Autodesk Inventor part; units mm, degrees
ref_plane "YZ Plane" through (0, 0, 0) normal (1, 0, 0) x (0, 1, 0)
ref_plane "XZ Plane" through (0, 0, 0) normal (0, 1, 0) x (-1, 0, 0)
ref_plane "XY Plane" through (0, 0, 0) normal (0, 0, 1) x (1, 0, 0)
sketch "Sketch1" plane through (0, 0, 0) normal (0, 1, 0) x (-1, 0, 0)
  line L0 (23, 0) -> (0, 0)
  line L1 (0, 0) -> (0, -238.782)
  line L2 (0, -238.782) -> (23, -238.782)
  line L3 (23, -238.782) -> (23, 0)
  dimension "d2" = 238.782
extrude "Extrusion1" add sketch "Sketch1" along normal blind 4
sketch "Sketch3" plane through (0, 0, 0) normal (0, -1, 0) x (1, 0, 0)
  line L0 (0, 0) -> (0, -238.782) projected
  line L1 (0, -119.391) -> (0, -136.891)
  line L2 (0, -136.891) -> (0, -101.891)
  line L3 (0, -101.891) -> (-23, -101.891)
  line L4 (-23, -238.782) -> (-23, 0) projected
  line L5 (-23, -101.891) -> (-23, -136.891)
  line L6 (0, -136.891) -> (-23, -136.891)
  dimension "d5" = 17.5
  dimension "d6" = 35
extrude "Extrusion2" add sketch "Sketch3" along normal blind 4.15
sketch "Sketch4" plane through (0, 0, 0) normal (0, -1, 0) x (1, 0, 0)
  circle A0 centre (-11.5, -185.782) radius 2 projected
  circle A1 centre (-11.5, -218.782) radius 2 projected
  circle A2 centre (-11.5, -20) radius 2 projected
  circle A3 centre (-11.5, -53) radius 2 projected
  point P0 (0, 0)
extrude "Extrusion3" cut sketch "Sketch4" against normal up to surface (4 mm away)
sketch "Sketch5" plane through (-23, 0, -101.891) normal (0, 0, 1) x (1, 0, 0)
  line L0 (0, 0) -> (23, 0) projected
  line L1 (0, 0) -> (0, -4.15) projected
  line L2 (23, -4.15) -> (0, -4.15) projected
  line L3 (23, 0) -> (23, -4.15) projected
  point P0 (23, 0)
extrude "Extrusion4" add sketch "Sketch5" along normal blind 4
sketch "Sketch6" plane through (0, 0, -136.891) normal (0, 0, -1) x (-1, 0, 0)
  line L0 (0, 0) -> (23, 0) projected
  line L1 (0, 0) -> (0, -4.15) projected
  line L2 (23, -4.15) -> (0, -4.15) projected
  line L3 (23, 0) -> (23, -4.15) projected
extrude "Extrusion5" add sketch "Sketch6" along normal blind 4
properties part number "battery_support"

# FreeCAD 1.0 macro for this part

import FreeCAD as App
import Part
import Sketcher

V = App.Vector
Q = App.Units.Quantity


def add_polygon(sketch, points):
    """Adds a closed chain of lines whose ends are joined by coincident constraints."""
    first, n = sketch.GeometryCount, len(points)
    for a, b in zip(points, points[1:] + points[:1]):
        sketch.addGeometry(Part.LineSegment(App.Vector(*a, 0), App.Vector(*b, 0)), False)
    for i in range(n):
        sketch.addConstraint(Sketcher.Constraint("Coincident", first + i, 2, first + (i + 1) % n, 1))

doc = App.newDocument("Part")
body = doc.addObject("PartDesign::Body", "Body")

# Sketch on XZ plane
sketch1 = body.newObject("Sketcher::SketchObject", "Sketch")
sketch1.AttachmentSupport = (doc.getObject("XZ_Plane"), [""])
sketch1.MapMode = "FlatFace"
add_polygon(sketch1, [(-23, -239), (-23, 0), (0, 0), (0, -239)])  # lines 0-3
sketch1.addConstraint(Sketcher.Constraint("Vertical", 0))
sketch1.addConstraint(Sketcher.Constraint("Horizontal", 1))
sketch1.addConstraint(Sketcher.Constraint("Vertical", 2))
sketch1.addConstraint(Sketcher.Constraint("Horizontal", 3))
sketch1.addConstraint(Sketcher.Constraint("Coincident", 1, 2, -1, 1))
sketch1.addConstraint(Sketcher.Constraint("DistanceX", 1, 1, 1, 2, Q("23 mm")))
sketch1.addConstraint(Sketcher.Constraint("DistanceY", 0, 1, 0, 2, Q("238.782 mm")))
pad1 = body.newObject("PartDesign::Pad", "Pad")
pad1.Profile = sketch1
pad1.Length = 4
pad1.Reversed = True

# Sketch on XZ plane
sketch2 = body.newObject("Sketcher::SketchObject", "Sketch001")
sketch2.AttachmentSupport = (doc.getObject("XZ_Plane"), [""])
sketch2.MapMode = "FlatFace"
add_polygon(sketch2, [(0, -137), (0, -102), (-23, -102), (-23, -137)])  # lines 0-3
sketch2.addConstraint(Sketcher.Constraint("Vertical", 0))
sketch2.addConstraint(Sketcher.Constraint("Horizontal", 1))
sketch2.addConstraint(Sketcher.Constraint("Vertical", 2))
sketch2.addConstraint(Sketcher.Constraint("Horizontal", 3))
sketch2.addConstraint(Sketcher.Constraint("PointOnObject", 0, 2, -2))
sketch2.addConstraint(Sketcher.Constraint("DistanceY", 0, 1, 0, 2, Q("35 mm")))
sketch2.addConstraint(Sketcher.Constraint("DistanceX", 1, 2, 1, 1, Q("23 mm")))
sketch2.addConstraint(Sketcher.Constraint("DistanceY", 0, 2, -1, 1, Q("101.891 mm")))
pad2 = body.newObject("PartDesign::Pad", "Pad001")
pad2.Profile = sketch2
pad2.Length = 4.15

# Sketch on XZ plane
sketch3 = body.newObject("Sketcher::SketchObject", "Sketch002")
sketch3.AttachmentSupport = (doc.getObject("XZ_Plane"), [""])
sketch3.MapMode = "FlatFace"
sketch3.addGeometry(Part.Circle(V(-11.5, -185.8, 0), V(0, 0, 1), 2), False)
sketch3.addGeometry(Part.Circle(V(-11.5, -218.8, 0), V(0, 0, 1), 2), False)
sketch3.addGeometry(Part.Circle(V(-11.5, -20, 0), V(0, 0, 1), 2), False)
sketch3.addGeometry(Part.Circle(V(-11.5, -53, 0), V(0, 0, 1), 2), False)
sketch3.addConstraint(Sketcher.Constraint("Equal", 0, 1))
sketch3.addConstraint(Sketcher.Constraint("Equal", 1, 2))
sketch3.addConstraint(Sketcher.Constraint("Equal", 2, 3))
sketch3.addConstraint(Sketcher.Constraint("Vertical", 0, 3, 1, 3))
sketch3.addConstraint(Sketcher.Constraint("Vertical", 1, 3, 2, 3))
sketch3.addConstraint(Sketcher.Constraint("Vertical", 2, 3, 3, 3))
sketch3.addConstraint(Sketcher.Constraint("Diameter", 0, Q("4 mm")))
sketch3.addConstraint(Sketcher.Constraint("DistanceY", 2, 3, -1, 1, Q("20 mm")))
sketch3.addConstraint(Sketcher.Constraint("DistanceY", 3, 3, -1, 1, Q("53 mm")))
sketch3.addConstraint(Sketcher.Constraint("DistanceY", 1, 3, 0, 3, Q("33 mm")))
sketch3.addConstraint(Sketcher.Constraint("DistanceX", 0, 3, -1, 1, Q("11.5 mm")))
sketch3.addConstraint(Sketcher.Constraint("DistanceY", 0, 3, -1, 1, Q("185.782 mm")))
pocket1 = body.newObject("PartDesign::Pocket", "Pocket")
pocket1.Profile = sketch3
pocket1.Length = 4

# Sketch on XY plane
sketch4 = body.newObject("Sketcher::SketchObject", "Sketch003")
sketch4.AttachmentSupport = (doc.getObject("XY_Plane"), [""])
sketch4.MapMode = "FlatFace"
sketch4.AttachmentOffset = App.Placement(V(0, 0, -101.891), App.Rotation())
add_polygon(sketch4, [(0, 0), (-23, 0), (-23, -4.2), (0, -4.2)])  # lines 0-3
sketch4.addConstraint(Sketcher.Constraint("Horizontal", 0))
sketch4.addConstraint(Sketcher.Constraint("Vertical", 1))
sketch4.addConstraint(Sketcher.Constraint("Horizontal", 2))
sketch4.addConstraint(Sketcher.Constraint("Vertical", 3))
sketch4.addConstraint(Sketcher.Constraint("Coincident", 3, 2, -1, 1))
sketch4.addConstraint(Sketcher.Constraint("DistanceX", 0, 2, 0, 1, Q("23 mm")))
sketch4.addConstraint(Sketcher.Constraint("DistanceY", 1, 2, 1, 1, Q("4.15 mm")))
pad3 = body.newObject("PartDesign::Pad", "Pad002")
pad3.Profile = sketch4
pad3.Length = 4

# Sketch on XY plane
sketch5 = body.newObject("Sketcher::SketchObject", "Sketch004")
sketch5.AttachmentSupport = (doc.getObject("XY_Plane"), [""])
sketch5.MapMode = "FlatFace"
sketch5.AttachmentOffset = App.Placement(V(0, 0, -136.891), App.Rotation())
add_polygon(sketch5, [(-23, 0), (0, 0), (0, -4.2), (-23, -4.2)])  # lines 0-3
sketch5.addConstraint(Sketcher.Constraint("Horizontal", 0))
sketch5.addConstraint(Sketcher.Constraint("Vertical", 1))
sketch5.addConstraint(Sketcher.Constraint("Horizontal", 2))
sketch5.addConstraint(Sketcher.Constraint("Vertical", 3))
sketch5.addConstraint(Sketcher.Constraint("Coincident", 0, 2, -1, 1))
sketch5.addConstraint(Sketcher.Constraint("DistanceX", 0, 1, 0, 2, Q("23 mm")))
sketch5.addConstraint(Sketcher.Constraint("DistanceY", 1, 2, 1, 1, Q("4.15 mm")))
pad4 = body.newObject("PartDesign::Pad", "Pad003")
pad4.Profile = sketch5
pad4.Length = 4
pad4.Reversed = True

doc.recompute()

· · · · ·

_Exercise goal:_ Pick out every line of the listing containing the word "radius", and show those lines.

_Answer space:_
  circle A0 centre (-11.5, -185.782) radius 2 projected
  circle A1 centre (-11.5, -218.782) radius 2 projected
  circle A2 centre (-11.5, -20) radius 2 projected
  circle A3 centre (-11.5, -53) radius 2 projected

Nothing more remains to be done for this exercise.